Data >>
- Opening Delimiter -
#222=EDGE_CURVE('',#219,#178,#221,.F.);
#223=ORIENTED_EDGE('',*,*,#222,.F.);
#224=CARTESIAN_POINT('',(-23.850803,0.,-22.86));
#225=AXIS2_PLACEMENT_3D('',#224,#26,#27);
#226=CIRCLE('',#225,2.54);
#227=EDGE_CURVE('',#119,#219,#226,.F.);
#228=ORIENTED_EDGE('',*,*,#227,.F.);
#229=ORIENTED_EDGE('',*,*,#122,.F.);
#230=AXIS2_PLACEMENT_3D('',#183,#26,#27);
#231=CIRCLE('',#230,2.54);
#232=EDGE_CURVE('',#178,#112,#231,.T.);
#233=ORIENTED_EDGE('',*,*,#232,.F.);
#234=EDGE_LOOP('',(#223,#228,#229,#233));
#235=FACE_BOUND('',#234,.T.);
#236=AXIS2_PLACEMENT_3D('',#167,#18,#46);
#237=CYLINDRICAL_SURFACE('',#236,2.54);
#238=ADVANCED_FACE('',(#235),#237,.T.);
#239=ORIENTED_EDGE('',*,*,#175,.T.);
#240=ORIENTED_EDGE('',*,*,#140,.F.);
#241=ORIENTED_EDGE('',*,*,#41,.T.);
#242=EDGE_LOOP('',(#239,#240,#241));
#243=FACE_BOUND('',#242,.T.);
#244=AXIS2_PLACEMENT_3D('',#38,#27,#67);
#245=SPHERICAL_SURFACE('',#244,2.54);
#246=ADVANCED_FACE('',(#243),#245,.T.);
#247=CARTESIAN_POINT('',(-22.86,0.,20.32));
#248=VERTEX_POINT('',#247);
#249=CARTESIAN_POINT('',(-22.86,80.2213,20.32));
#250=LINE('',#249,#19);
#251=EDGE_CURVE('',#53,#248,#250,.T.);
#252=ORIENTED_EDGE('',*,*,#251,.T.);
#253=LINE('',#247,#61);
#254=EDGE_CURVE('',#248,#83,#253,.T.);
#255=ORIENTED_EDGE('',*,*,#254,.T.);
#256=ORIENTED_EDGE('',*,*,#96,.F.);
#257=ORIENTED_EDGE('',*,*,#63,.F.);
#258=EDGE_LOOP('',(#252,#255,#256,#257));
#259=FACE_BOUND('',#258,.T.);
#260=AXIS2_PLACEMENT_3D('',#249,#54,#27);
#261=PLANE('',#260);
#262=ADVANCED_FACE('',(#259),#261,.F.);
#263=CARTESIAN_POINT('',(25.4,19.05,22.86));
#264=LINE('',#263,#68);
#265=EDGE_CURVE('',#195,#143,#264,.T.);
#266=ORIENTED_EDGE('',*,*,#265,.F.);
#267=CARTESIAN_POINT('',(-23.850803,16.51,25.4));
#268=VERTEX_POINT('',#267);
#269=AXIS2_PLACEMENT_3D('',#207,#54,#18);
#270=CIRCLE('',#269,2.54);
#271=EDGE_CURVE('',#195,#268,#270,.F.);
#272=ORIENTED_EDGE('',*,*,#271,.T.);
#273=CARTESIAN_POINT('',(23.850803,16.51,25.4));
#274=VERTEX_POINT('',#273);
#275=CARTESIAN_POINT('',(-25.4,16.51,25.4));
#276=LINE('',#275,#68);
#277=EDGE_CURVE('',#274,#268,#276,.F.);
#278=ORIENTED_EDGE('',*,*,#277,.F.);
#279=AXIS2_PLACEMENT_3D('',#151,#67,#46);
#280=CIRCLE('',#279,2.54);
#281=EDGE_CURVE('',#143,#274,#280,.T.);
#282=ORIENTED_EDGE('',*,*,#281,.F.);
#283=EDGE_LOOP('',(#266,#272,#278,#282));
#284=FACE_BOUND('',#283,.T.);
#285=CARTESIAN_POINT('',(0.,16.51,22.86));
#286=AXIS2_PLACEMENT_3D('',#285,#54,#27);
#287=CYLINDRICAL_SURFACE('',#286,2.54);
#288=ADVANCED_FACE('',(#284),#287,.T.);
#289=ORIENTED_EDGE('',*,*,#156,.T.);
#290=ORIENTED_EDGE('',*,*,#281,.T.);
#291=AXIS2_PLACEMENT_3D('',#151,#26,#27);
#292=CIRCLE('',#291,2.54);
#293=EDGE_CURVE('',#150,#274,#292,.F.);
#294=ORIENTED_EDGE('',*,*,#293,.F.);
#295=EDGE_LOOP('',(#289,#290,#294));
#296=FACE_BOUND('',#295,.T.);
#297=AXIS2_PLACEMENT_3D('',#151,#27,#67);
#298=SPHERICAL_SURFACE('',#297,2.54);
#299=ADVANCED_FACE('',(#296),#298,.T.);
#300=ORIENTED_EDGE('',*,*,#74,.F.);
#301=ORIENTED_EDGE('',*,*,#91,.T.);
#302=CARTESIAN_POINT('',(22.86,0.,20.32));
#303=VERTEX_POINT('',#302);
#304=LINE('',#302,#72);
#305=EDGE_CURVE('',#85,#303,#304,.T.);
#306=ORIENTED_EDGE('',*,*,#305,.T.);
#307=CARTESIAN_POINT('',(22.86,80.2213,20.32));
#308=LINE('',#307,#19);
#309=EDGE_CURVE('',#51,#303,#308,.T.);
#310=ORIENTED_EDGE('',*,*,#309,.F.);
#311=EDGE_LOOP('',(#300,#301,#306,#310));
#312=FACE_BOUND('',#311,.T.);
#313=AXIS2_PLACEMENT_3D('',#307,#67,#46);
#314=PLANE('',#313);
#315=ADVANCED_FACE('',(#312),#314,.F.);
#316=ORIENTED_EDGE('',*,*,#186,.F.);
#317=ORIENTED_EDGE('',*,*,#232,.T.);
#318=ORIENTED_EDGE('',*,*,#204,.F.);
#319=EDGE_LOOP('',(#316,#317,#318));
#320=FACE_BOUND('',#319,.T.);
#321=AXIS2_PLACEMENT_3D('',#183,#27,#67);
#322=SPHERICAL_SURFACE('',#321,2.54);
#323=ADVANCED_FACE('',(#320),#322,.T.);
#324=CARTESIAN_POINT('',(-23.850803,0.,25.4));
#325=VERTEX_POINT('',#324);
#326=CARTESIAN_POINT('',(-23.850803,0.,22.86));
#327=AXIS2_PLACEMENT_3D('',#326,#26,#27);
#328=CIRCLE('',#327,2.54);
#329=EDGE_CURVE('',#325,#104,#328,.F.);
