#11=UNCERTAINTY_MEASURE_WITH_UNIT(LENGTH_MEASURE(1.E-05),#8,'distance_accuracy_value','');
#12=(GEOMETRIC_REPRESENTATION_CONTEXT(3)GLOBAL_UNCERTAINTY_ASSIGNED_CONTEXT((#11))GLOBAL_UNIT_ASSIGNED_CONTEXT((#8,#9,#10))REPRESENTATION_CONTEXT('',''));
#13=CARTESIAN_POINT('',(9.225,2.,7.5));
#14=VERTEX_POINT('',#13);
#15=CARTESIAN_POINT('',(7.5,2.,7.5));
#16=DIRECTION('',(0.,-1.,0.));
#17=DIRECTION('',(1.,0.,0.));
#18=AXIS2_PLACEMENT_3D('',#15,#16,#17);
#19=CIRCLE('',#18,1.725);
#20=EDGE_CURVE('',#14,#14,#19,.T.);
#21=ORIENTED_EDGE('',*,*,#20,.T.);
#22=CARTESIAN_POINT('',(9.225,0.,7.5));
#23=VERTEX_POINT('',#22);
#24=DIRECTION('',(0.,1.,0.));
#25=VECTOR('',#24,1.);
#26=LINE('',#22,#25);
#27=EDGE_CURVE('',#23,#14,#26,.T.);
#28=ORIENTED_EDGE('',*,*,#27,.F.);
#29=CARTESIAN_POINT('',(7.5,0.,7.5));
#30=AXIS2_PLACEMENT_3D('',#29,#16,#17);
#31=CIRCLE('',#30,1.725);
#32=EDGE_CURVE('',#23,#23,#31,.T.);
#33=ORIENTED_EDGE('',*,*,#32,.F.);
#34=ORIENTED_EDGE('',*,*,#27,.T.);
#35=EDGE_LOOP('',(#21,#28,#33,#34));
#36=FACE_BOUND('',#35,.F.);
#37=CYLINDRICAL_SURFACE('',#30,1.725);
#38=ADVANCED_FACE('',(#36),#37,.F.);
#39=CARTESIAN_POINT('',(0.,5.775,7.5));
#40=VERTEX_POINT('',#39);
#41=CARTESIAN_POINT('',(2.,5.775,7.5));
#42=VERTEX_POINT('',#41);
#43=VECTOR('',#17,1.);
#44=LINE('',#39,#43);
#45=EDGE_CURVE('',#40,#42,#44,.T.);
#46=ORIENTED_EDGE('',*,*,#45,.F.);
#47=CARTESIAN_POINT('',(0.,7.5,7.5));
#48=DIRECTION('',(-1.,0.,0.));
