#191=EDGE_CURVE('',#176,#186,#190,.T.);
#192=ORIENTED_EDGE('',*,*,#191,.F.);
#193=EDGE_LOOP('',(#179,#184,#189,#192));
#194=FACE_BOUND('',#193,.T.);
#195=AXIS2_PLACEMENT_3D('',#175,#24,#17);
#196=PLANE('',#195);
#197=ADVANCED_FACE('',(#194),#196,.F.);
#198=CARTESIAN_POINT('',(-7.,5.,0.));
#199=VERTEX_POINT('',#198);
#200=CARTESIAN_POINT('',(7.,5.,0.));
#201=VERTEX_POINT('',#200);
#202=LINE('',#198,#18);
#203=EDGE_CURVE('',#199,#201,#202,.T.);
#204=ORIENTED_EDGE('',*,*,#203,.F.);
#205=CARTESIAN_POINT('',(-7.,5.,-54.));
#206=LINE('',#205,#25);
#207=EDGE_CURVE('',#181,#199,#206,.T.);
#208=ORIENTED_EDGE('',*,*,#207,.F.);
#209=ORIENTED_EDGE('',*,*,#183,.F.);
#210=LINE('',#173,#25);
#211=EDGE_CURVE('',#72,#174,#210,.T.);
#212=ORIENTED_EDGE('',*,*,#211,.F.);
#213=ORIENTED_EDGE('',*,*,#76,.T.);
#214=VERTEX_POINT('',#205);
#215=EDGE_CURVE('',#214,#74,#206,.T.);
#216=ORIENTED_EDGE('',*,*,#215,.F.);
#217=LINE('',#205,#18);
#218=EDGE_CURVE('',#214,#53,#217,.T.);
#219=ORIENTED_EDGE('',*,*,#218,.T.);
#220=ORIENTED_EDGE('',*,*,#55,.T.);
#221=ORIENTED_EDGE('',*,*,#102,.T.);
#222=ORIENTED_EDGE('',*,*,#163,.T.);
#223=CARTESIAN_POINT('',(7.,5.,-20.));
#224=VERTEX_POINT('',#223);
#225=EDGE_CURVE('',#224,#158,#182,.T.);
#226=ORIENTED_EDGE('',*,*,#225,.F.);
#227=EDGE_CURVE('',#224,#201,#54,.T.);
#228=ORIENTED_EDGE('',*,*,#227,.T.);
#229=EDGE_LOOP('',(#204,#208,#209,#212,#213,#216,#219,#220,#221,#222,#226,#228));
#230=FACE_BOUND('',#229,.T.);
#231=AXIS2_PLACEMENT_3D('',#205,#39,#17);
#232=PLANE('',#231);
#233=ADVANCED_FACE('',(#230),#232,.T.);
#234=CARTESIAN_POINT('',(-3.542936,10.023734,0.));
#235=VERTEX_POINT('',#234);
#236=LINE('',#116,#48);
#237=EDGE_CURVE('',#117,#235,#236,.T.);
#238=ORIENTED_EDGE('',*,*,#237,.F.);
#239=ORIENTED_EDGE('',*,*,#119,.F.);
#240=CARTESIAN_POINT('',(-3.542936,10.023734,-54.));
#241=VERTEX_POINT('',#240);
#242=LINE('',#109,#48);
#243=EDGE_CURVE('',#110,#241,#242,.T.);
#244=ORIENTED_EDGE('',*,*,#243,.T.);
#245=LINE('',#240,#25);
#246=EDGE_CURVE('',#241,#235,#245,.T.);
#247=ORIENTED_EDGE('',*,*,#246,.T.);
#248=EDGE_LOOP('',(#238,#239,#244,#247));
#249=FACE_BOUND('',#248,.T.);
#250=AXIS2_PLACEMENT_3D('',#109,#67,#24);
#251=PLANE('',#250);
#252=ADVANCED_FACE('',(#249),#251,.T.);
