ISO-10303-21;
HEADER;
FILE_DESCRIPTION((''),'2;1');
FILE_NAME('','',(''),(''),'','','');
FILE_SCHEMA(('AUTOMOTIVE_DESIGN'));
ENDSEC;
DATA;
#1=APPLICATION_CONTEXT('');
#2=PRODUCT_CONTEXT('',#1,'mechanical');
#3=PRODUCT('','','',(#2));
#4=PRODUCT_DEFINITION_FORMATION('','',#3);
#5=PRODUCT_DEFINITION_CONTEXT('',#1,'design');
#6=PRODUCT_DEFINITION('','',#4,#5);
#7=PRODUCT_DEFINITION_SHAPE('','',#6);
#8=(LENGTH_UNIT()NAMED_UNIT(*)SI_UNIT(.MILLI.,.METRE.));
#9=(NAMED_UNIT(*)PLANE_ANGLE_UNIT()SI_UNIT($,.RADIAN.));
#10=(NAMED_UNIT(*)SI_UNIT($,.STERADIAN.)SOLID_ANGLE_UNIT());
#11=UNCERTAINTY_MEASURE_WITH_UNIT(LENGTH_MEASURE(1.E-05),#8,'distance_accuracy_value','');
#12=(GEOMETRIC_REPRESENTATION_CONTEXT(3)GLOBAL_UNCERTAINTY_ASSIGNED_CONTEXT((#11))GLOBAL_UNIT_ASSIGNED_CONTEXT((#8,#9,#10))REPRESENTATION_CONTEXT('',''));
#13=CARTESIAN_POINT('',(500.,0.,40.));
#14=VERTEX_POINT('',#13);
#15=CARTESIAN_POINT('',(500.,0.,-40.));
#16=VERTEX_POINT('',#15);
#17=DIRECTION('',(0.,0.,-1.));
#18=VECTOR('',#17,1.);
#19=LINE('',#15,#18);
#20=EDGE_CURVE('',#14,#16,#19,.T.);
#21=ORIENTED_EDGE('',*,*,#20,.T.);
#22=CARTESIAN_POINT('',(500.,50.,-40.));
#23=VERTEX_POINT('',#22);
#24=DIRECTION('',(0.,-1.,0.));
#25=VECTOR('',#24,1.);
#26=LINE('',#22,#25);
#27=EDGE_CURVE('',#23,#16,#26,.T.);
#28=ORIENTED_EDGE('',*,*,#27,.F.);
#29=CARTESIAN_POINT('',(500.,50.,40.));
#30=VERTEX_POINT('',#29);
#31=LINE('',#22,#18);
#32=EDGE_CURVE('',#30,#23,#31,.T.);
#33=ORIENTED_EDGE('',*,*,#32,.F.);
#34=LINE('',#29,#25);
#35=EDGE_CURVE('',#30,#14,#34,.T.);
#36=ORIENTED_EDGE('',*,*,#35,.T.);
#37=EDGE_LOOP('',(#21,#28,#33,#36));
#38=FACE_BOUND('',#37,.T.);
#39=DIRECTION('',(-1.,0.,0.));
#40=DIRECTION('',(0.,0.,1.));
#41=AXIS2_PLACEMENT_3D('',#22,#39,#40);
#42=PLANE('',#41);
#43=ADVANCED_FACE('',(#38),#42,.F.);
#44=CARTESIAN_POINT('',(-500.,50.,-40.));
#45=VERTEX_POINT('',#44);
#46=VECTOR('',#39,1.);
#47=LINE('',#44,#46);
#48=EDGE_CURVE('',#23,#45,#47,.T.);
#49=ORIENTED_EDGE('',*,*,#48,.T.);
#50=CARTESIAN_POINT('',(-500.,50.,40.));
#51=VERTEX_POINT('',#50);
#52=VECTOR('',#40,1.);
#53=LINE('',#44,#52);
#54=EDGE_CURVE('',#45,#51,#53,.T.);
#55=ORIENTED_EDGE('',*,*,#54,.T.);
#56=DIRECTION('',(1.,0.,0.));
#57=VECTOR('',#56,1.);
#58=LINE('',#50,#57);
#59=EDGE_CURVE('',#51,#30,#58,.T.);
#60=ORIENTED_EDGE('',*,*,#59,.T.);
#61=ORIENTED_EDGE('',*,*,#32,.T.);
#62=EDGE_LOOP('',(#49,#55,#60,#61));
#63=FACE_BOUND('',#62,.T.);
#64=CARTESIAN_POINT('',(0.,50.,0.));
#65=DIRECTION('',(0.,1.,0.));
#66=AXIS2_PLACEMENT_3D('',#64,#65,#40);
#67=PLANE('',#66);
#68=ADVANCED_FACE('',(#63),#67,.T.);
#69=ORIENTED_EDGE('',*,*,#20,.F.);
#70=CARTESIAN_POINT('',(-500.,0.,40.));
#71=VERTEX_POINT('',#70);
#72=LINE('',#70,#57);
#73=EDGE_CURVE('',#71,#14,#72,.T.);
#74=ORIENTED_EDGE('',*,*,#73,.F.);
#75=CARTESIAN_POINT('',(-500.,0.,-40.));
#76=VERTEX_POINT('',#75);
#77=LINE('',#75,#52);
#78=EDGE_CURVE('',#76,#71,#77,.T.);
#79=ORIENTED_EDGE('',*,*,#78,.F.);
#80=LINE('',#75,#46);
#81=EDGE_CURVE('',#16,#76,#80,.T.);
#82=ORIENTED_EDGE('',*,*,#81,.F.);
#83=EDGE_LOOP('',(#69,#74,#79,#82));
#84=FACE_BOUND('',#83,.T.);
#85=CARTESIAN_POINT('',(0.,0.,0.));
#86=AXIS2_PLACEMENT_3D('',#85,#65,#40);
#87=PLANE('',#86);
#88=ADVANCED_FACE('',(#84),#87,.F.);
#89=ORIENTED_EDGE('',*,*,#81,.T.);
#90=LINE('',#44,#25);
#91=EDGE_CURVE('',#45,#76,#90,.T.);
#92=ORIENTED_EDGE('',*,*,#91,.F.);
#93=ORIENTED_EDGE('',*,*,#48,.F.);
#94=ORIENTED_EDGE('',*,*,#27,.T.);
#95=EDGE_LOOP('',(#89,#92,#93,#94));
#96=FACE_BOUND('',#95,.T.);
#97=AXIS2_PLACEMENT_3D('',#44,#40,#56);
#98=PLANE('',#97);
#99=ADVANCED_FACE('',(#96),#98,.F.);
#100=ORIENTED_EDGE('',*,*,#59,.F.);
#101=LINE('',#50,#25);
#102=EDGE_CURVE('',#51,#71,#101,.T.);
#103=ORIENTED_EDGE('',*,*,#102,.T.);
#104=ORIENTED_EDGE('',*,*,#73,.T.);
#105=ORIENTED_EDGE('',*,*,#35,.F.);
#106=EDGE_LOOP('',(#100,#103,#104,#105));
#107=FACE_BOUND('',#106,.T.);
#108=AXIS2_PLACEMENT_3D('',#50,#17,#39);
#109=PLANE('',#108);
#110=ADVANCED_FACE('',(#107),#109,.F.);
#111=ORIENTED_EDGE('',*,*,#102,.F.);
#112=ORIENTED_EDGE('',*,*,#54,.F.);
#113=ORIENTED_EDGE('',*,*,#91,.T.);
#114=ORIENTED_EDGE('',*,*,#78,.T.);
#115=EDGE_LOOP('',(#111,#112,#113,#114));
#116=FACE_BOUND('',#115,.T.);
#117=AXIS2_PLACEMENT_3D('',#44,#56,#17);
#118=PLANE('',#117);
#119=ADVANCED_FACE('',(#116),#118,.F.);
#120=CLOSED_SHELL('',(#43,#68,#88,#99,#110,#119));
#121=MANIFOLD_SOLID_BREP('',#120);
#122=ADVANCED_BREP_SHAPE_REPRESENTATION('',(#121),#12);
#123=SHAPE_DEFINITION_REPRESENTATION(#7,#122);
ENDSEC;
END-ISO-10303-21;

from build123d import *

# Parameters (mm, degrees)
SKETCH_1_W      = 1000
SKETCH_1_H      = 80
EXTRUDE_1_DEPTH = 50


with BuildPart() as part:
    # ｽｹｯﾁ1 → ﾎﾞｽ - 押し出し1 (new body)
    with BuildSketch(Plane(origin=(0, 0, 0), x_dir=(1, 0, 0), z_dir=(0, 1, 0))):
        Rectangle(SKETCH_1_W, SKETCH_1_H)
    extrude(amount=EXTRUDE_1_DEPTH)


solid = part.part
- Closing Delimiter -
Exercise >> Retype the entries above exactly, but only from the line containing "#243=FACE_BOUND('',#242,.T.);" through the line containing "#277=EDGE_CURVE('',#274,#268,#276,.F.);", both included.

Output >>
#243=FACE_BOUND('',#242,.T.);
#244=AXIS2_PLACEMENT_3D('',#38,#27,#67);
#245=SPHERICAL_SURFACE('',#244,2.54);
#246=ADVANCED_FACE('',(#243),#245,.T.);
#247=CARTESIAN_POINT('',(-22.86,0.,20.32));
#248=VERTEX_POINT('',#247);
#249=CARTESIAN_POINT('',(-22.86,80.2213,20.32));
#250=LINE('',#249,#19);
#251=EDGE_CURVE('',#53,#248,#250,.T.);
#252=ORIENTED_EDGE('',*,*,#251,.T.);
#253=LINE('',#247,#61);
#254=EDGE_CURVE('',#248,#83,#253,.T.);
#255=ORIENTED_EDGE('',*,*,#254,.T.);
#256=ORIENTED_EDGE('',*,*,#96,.F.);
#257=ORIENTED_EDGE('',*,*,#63,.F.);
#258=EDGE_LOOP('',(#252,#255,#256,#257));
#259=FACE_BOUND('',#258,.T.);
#260=AXIS2_PLACEMENT_3D('',#249,#54,#27);
#261=PLANE('',#260);
#262=ADVANCED_FACE('',(#259),#261,.F.);
#263=CARTESIAN_POINT('',(25.4,19.05,22.86));
#264=LINE('',#263,#68);
#265=EDGE_CURVE('',#195,#143,#264,.T.);
#266=ORIENTED_EDGE('',*,*,#265,.F.);
#267=CARTESIAN_POINT('',(-23.850803,16.51,25.4));
#268=VERTEX_POINT('',#267);
#269=AXIS2_PLACEMENT_3D('',#207,#54,#18);
#270=CIRCLE('',#269,2.54);
#271=EDGE_CURVE('',#195,#268,#270,.F.);
#272=ORIENTED_EDGE('',*,*,#271,.T.);
#273=CARTESIAN_POINT('',(23.850803,16.51,25.4));
#274=VERTEX_POINT('',#273);
#275=CARTESIAN_POINT('',(-25.4,16.51,25.4));
#276=LINE('',#275,#68);
#277=EDGE_CURVE('',#274,#268,#276,.F.);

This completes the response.